WHAT THE EXERCISE ASKS:
Find and copy the lines in the records beneath this task that contain the word "Rectangle".
[[ EXTRACTED DATA open ]]
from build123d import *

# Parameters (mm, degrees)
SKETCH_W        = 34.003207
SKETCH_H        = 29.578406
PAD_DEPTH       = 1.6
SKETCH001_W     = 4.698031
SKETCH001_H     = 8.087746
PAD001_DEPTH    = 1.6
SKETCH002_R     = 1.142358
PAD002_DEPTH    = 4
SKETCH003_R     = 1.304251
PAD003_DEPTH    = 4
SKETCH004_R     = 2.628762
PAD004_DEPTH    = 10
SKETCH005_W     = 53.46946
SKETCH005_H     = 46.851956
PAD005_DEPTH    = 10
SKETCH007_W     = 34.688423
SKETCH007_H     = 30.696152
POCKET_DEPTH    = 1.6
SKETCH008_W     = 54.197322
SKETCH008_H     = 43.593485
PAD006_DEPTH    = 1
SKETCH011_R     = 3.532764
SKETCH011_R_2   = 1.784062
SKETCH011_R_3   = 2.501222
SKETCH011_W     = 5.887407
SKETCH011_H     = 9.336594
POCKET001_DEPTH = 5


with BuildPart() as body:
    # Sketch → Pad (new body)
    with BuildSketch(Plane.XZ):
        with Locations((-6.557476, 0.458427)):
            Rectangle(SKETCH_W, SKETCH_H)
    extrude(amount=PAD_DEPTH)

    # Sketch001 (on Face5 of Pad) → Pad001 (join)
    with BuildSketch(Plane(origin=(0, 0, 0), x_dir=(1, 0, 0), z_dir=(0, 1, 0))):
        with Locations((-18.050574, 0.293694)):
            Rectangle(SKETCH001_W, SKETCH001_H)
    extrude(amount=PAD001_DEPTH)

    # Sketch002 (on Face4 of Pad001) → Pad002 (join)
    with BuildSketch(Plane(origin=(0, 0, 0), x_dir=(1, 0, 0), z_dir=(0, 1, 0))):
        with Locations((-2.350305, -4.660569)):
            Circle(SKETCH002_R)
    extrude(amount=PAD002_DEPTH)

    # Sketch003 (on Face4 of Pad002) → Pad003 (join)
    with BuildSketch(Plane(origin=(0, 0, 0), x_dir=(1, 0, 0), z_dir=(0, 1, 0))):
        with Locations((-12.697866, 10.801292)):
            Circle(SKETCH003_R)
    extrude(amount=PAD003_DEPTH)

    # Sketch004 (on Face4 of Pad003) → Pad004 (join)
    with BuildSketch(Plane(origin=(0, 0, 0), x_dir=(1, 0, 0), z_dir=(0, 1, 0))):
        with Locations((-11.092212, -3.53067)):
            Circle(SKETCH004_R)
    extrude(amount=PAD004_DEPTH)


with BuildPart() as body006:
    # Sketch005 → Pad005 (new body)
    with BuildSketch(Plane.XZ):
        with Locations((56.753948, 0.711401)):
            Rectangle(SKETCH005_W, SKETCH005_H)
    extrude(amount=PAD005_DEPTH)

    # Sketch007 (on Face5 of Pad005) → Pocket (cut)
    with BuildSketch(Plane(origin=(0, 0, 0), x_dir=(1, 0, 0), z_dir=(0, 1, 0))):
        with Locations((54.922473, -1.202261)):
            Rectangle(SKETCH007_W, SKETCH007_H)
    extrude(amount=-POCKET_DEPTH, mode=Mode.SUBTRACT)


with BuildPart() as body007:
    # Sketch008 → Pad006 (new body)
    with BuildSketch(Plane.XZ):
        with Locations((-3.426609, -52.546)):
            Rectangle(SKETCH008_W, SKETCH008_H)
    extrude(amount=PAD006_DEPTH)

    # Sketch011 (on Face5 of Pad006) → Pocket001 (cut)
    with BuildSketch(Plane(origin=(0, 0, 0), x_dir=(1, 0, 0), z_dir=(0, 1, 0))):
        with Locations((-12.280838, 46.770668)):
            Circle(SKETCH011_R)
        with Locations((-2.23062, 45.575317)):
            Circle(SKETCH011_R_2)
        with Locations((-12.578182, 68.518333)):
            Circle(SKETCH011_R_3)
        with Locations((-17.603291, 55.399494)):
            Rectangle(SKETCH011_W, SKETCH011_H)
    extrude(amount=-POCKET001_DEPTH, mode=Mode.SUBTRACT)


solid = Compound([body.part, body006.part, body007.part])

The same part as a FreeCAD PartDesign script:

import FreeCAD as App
import Part
import Sketcher
Q = App.Units.Quantity

doc = App.newDocument("Part")
body = doc.addObject("PartDesign::Body", "Body")

# Sketch on XZ plane
sketch1 = doc.addObject("Sketcher::SketchObject", "Sketch")
body.addObject(sketch1)
sketch1.AttachmentSupport = (doc.XZ_Plane, [""])
sketch1.MapMode = "FlatFace"
sketch1.addGeometry([
    Part.LineSegment(App.Vector(-24, 15, 0), App.Vector(-24, -14, 0)),
    Part.LineSegment(App.Vector(-24, -14, 0), App.Vector(10, -14, 0)),
    Part.LineSegment(App.Vector(10, -14, 0), App.Vector(10, 15, 0)),
    Part.LineSegment(App.Vector(10, 15, 0), App.Vector(-24, 15, 0)),
], False)
sketch1.addConstraint([
    Sketcher.Constraint("Coincident", 0, 2, 1, 1),
    Sketcher.Constraint("Coincident", 1, 2, 2, 1),
    Sketcher.Constraint("Coincident", 2, 2, 3, 1),
    Sketcher.Constraint("Coincident", 3, 2, 0, 1),
    Sketcher.Constraint("Vertical", 0),
    Sketcher.Constraint("Horizontal", 1),
    Sketcher.Constraint("Vertical", 2),
    Sketcher.Constraint("Horizontal", 3),
    Sketcher.Constraint("DistanceX", 1, 1, 1, 2, Q("34.003207 mm")),
    Sketcher.Constraint("DistanceY", 0, 2, 0, 1, Q("29.578406 mm")),
    Sketcher.Constraint("DistanceX", 0, 2, -1, 1, Q("23.559079 mm")),
    Sketcher.Constraint("DistanceY", -1, 1, 2, 2, Q("15.24763 mm")),
])
pad1 = doc.addObject("PartDesign::Pad", "Pad")
body.addObject(pad1)
pad1.Profile = sketch1
pad1.Length = 1.6

# Sketch on XZ plane
sketch2 = doc.addObject("Sketcher::SketchObject", "Sketch001")
body.addObject(sketch2)
sketch2.AttachmentSupport = (doc.XZ_Plane, [""])
sketch2.MapMode = "FlatFace"
sketch2.addGeometry([
    Part.LineSegment(App.Vector(-20.4, -4.3, 0), App.Vector(-20.4, 3.8, 0)),
    Part.LineSegment(App.Vector(-20.4, 3.8, 0), App.Vector(-15.7, 3.8, 0)),
    Part.LineSegment(App.Vector(-15.7, 3.8, 0), App.Vector(-15.7, -4.3, 0)),
    Part.LineSegment(App.Vector(-15.7, -4.3, 0), App.Vector(-20.4, -4.3, 0)),
], False)
sketch2.addConstraint([
    Sketcher.Constraint("Coincident", 0, 2, 1, 1),
    Sketcher.Constraint("Coincident", 1, 2, 2, 1),
    Sketcher.Constraint("Coincident", 2, 2, 3, 1),
    Sketcher.Constraint("Coincident", 3, 2, 0, 1),
    Sketcher.Constraint("Vertical", 0),
    Sketcher.Constraint("Horizontal", 1),
    Sketcher.Constraint("Vertical", 2),
    Sketcher.Constraint("Horizontal", 3),
    Sketcher.Constraint("DistanceX", 1, 1, 1, 2, Q("4.698031 mm")),
    Sketcher.Constraint("DistanceY", 0, 1, 0, 2, Q("8.087746 mm")),
    Sketcher.Constraint("DistanceX", 0, 2, -1, 1, Q("20.39959 mm")),
    Sketcher.Constraint("DistanceY", -1, 1, 0, 2, Q("3.750179 mm")),
])
pad2 = doc.addObject("PartDesign::Pad", "Pad001")
body.addObject(pad2)
pad2.Profile = sketch2
pad2.Length = 1.6
pad2.Reversed = True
[[ EXTRACTED DATA closed ]]
EXPECTED ANSWER:
            Rectangle(SKETCH_W, SKETCH_H)
            Rectangle(SKETCH001_W, SKETCH001_H)
            Rectangle(SKETCH005_W, SKETCH005_H)
            Rectangle(SKETCH007_W, SKETCH007_H)
            Rectangle(SKETCH008_W, SKETCH008_H)
            Rectangle(SKETCH011_W, SKETCH011_H)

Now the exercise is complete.